--- EXERCISE DETAILS ---
Return exactly the lines of the records below, starting at the line that contains "# Parameters (mm, degrees)" and ending at the line that contains "with BuildPart() as", with both of those lines kept.

--- THE DATA ---
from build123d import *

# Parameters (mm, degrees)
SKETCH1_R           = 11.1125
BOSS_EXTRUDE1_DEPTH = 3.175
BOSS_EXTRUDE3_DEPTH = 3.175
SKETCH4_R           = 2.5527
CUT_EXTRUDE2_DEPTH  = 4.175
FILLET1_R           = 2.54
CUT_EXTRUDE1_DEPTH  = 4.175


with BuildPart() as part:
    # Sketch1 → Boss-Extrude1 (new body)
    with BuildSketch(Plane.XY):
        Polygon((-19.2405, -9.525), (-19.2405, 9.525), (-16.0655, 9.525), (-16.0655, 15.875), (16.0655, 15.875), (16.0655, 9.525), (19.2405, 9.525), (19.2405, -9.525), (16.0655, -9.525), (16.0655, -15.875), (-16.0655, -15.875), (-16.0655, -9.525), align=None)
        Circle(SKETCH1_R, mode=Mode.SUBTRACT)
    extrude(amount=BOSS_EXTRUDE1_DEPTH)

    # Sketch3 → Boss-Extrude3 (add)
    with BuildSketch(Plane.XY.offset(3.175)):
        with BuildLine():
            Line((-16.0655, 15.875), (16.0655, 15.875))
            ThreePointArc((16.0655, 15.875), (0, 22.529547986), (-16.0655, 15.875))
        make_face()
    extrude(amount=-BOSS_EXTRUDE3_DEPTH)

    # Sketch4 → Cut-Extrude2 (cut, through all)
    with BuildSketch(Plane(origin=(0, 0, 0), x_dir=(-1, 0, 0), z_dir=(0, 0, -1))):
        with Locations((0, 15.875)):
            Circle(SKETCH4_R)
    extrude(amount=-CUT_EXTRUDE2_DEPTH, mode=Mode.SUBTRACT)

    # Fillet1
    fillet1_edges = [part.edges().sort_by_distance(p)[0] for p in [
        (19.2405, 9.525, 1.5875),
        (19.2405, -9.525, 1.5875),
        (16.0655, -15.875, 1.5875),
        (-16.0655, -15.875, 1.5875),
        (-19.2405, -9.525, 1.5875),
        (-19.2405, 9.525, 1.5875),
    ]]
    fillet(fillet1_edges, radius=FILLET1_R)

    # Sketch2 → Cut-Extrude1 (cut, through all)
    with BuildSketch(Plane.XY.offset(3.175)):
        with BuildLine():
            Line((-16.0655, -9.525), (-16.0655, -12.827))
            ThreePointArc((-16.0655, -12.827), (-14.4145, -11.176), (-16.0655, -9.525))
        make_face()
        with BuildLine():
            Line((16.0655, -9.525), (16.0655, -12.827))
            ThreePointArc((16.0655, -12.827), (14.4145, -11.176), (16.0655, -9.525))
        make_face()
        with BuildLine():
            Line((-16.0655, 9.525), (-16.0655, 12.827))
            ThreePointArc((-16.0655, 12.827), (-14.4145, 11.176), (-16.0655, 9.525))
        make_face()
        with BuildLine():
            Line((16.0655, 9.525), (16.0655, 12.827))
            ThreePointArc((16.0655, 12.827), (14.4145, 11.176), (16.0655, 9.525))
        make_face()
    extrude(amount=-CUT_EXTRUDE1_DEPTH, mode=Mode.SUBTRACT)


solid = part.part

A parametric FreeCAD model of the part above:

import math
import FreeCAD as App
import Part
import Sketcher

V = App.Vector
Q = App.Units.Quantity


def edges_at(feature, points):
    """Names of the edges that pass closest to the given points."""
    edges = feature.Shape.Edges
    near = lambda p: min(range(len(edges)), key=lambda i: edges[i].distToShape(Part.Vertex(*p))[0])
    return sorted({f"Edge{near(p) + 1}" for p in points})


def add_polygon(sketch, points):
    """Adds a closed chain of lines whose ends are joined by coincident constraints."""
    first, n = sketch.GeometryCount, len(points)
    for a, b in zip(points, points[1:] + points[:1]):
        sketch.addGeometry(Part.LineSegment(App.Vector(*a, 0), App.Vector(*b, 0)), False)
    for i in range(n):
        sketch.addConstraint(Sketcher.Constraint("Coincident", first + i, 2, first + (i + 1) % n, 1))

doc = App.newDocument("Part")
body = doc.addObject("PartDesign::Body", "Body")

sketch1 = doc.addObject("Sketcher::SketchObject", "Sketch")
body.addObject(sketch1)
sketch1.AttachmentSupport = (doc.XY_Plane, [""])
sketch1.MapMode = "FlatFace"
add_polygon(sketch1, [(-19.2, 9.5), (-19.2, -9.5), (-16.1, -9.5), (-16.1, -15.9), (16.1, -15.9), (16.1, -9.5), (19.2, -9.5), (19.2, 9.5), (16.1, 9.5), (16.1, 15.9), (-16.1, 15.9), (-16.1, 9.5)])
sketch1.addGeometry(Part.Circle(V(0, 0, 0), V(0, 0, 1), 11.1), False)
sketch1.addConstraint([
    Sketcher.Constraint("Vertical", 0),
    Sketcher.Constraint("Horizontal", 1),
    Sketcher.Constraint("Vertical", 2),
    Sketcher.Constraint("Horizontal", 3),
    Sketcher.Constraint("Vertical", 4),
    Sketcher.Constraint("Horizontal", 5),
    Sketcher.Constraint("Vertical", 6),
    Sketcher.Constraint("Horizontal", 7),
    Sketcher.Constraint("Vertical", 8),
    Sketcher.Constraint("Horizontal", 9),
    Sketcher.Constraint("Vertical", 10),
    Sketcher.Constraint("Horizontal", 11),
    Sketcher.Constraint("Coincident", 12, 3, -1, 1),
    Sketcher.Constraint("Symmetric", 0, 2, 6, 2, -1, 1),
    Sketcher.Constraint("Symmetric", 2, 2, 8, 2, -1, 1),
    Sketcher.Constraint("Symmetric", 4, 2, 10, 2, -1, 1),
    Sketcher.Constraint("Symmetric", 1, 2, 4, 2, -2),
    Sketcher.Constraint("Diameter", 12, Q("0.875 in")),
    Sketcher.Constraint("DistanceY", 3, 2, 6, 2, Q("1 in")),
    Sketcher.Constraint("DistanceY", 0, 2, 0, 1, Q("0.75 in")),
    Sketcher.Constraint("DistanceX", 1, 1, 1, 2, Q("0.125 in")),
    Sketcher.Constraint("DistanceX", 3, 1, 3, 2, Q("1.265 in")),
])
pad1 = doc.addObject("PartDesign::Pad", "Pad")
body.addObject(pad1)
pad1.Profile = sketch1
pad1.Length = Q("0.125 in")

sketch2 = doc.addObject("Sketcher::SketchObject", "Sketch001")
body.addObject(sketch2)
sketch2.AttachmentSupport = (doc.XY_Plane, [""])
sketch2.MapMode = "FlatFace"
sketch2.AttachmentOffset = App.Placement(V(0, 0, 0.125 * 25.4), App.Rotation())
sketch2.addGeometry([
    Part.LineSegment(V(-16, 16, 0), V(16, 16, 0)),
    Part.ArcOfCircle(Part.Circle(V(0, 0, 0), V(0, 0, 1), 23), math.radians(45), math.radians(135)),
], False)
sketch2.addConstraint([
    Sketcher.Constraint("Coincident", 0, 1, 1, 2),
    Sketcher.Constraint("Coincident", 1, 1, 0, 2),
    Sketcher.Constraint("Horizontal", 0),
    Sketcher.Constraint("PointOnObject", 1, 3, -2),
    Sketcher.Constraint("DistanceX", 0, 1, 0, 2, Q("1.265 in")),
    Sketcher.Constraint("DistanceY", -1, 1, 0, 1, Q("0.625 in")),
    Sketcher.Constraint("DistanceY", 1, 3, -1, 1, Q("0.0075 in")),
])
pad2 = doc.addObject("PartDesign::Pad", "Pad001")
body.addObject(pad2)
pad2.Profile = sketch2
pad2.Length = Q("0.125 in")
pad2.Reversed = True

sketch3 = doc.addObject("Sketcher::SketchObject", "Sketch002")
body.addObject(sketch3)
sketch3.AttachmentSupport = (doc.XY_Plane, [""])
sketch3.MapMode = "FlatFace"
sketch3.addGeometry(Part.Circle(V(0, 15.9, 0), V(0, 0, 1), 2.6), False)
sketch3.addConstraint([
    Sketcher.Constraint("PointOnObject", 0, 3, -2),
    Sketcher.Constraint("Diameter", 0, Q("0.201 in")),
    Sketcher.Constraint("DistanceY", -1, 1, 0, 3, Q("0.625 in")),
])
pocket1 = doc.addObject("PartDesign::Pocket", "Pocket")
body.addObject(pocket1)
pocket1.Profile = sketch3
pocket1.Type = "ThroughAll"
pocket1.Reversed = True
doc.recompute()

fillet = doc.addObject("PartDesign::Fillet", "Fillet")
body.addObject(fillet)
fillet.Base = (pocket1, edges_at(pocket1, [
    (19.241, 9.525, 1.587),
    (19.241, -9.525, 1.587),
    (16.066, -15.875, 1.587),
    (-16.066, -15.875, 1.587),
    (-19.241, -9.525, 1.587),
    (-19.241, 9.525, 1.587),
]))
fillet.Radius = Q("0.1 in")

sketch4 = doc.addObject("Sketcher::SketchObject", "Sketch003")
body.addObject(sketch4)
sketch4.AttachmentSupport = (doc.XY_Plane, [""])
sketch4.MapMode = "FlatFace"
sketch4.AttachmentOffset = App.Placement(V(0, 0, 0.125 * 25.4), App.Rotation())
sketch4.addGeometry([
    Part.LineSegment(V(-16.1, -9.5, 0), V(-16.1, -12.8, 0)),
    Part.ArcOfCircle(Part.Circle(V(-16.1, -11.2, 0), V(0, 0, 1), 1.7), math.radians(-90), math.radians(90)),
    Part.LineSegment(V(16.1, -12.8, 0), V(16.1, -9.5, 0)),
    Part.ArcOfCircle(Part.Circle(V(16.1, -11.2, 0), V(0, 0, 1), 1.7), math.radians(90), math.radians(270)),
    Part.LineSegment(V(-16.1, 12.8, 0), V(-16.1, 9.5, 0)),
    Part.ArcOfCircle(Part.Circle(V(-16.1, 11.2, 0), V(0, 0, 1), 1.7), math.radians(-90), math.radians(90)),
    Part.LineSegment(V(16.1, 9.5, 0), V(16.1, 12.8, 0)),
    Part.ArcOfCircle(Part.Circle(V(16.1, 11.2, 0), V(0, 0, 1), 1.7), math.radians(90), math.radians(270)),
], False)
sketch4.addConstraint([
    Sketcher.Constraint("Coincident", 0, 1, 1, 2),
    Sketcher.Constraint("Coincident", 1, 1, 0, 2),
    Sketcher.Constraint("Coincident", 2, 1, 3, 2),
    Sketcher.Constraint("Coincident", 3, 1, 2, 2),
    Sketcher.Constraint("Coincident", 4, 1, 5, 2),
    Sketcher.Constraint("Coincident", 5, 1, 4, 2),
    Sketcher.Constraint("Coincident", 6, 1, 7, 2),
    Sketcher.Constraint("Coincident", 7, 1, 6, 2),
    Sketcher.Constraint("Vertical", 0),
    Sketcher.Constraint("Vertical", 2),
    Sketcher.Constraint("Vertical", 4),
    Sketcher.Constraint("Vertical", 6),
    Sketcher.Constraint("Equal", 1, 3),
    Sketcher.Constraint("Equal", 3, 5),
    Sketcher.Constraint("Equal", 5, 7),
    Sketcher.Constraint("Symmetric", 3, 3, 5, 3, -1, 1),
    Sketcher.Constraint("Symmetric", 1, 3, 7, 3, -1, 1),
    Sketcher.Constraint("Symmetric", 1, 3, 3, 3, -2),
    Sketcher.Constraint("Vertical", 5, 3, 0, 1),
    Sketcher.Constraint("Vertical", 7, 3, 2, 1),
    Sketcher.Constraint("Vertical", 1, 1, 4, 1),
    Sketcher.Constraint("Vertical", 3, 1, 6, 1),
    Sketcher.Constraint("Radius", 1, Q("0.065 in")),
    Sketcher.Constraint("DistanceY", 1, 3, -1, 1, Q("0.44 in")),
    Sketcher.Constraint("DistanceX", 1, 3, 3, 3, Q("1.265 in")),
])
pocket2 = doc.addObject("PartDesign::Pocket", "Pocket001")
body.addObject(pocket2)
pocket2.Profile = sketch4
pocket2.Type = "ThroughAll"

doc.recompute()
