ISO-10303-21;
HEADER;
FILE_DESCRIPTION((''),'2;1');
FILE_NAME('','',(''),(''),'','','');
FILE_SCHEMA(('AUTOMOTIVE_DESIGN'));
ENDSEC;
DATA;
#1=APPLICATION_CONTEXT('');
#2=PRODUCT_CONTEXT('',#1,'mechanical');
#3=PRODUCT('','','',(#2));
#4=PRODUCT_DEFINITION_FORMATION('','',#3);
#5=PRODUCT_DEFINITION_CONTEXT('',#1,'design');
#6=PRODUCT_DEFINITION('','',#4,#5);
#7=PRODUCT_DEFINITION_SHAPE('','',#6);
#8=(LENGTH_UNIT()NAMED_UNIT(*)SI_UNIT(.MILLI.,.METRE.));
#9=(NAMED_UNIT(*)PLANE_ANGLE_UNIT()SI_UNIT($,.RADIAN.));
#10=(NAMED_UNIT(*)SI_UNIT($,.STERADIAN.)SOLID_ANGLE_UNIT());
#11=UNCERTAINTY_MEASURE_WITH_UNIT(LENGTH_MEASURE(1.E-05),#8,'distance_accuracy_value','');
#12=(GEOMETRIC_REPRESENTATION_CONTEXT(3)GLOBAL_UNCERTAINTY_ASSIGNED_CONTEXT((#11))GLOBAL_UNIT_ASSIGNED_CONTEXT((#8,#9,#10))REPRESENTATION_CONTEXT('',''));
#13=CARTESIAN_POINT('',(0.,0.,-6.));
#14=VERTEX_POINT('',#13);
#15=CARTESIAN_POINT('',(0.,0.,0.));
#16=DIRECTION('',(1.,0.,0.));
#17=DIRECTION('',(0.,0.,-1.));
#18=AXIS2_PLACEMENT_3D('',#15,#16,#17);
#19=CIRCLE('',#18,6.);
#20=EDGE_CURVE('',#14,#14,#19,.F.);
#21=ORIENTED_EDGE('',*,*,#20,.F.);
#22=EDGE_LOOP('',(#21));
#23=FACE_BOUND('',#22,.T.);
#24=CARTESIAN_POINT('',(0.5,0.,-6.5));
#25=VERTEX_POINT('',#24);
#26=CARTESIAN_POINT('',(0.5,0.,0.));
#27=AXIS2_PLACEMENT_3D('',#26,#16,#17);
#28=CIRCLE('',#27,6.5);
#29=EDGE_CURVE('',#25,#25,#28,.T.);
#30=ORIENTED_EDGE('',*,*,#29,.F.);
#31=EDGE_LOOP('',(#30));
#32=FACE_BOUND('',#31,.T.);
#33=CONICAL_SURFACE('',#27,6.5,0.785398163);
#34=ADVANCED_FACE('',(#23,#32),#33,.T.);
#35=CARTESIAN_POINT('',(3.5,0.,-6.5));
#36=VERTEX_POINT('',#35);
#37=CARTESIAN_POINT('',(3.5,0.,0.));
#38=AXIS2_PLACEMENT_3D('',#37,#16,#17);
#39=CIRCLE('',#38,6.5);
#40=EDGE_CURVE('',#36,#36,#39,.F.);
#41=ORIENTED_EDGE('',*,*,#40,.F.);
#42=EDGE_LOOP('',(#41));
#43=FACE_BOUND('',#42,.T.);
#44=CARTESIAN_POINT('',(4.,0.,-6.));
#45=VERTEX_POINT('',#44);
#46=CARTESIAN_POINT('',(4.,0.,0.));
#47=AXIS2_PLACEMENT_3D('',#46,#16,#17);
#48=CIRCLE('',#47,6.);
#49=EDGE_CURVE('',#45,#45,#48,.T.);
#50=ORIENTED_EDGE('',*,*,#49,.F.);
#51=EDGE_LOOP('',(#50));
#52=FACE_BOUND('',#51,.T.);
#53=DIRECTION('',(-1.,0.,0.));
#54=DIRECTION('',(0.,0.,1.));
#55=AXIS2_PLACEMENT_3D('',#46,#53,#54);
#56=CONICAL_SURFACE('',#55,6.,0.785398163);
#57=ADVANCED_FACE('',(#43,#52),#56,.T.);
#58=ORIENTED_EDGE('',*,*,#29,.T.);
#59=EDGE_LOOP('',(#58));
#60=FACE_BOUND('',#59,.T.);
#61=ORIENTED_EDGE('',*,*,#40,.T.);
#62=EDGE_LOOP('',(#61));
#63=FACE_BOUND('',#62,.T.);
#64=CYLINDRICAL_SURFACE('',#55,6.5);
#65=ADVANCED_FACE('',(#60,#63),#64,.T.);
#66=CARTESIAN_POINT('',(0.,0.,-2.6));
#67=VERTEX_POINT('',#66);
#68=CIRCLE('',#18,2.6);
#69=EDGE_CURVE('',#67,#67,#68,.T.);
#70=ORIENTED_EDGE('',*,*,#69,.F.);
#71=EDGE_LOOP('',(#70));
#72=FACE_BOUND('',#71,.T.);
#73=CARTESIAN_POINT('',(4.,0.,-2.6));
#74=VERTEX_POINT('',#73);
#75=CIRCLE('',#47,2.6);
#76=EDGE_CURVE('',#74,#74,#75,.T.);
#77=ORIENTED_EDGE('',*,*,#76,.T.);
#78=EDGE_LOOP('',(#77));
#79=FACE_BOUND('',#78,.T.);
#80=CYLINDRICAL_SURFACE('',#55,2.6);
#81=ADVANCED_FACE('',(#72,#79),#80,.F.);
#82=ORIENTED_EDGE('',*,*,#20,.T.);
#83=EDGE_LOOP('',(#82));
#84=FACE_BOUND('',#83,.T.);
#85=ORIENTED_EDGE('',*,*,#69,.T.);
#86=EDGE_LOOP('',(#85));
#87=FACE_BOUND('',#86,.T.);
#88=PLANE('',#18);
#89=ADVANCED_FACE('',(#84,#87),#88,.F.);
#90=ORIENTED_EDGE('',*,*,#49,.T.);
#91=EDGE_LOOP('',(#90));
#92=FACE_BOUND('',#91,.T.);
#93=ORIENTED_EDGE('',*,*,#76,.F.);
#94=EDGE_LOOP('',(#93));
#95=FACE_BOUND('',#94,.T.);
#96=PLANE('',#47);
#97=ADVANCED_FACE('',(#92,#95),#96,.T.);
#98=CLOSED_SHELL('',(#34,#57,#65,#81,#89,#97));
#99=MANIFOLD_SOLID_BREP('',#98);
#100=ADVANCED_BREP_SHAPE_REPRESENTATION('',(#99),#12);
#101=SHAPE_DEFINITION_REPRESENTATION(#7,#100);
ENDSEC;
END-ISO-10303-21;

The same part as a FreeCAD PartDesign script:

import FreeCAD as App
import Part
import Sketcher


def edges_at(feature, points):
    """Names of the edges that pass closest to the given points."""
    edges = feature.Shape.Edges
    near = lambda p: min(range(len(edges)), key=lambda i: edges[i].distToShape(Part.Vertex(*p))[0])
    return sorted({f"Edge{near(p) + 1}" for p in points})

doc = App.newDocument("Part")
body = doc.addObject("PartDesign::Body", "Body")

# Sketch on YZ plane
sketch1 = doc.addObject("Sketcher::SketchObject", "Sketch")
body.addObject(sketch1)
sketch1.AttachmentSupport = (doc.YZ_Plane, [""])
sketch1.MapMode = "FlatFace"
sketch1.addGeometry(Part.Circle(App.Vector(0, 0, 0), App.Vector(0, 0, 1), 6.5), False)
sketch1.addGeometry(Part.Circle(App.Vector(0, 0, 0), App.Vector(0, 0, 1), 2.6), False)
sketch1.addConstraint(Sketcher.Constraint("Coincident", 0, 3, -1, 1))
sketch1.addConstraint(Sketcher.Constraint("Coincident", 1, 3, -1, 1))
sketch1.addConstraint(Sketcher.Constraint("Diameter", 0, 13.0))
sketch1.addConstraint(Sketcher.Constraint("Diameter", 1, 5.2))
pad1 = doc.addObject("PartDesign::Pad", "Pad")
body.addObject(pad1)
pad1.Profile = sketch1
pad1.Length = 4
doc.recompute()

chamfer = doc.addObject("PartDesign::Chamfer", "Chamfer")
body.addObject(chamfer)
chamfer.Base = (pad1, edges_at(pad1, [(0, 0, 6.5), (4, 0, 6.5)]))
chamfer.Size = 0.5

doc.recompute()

--- SOLUTION ---
# Parameters (mm, degrees)
SKETCH1_R           = 11.1125
BOSS_EXTRUDE1_DEPTH = 3.175
BOSS_EXTRUDE3_DEPTH = 3.175
SKETCH4_R           = 2.5527
CUT_EXTRUDE2_DEPTH  = 4.175
FILLET1_R           = 2.54
CUT_EXTRUDE1_DEPTH  = 4.175


with BuildPart() as part:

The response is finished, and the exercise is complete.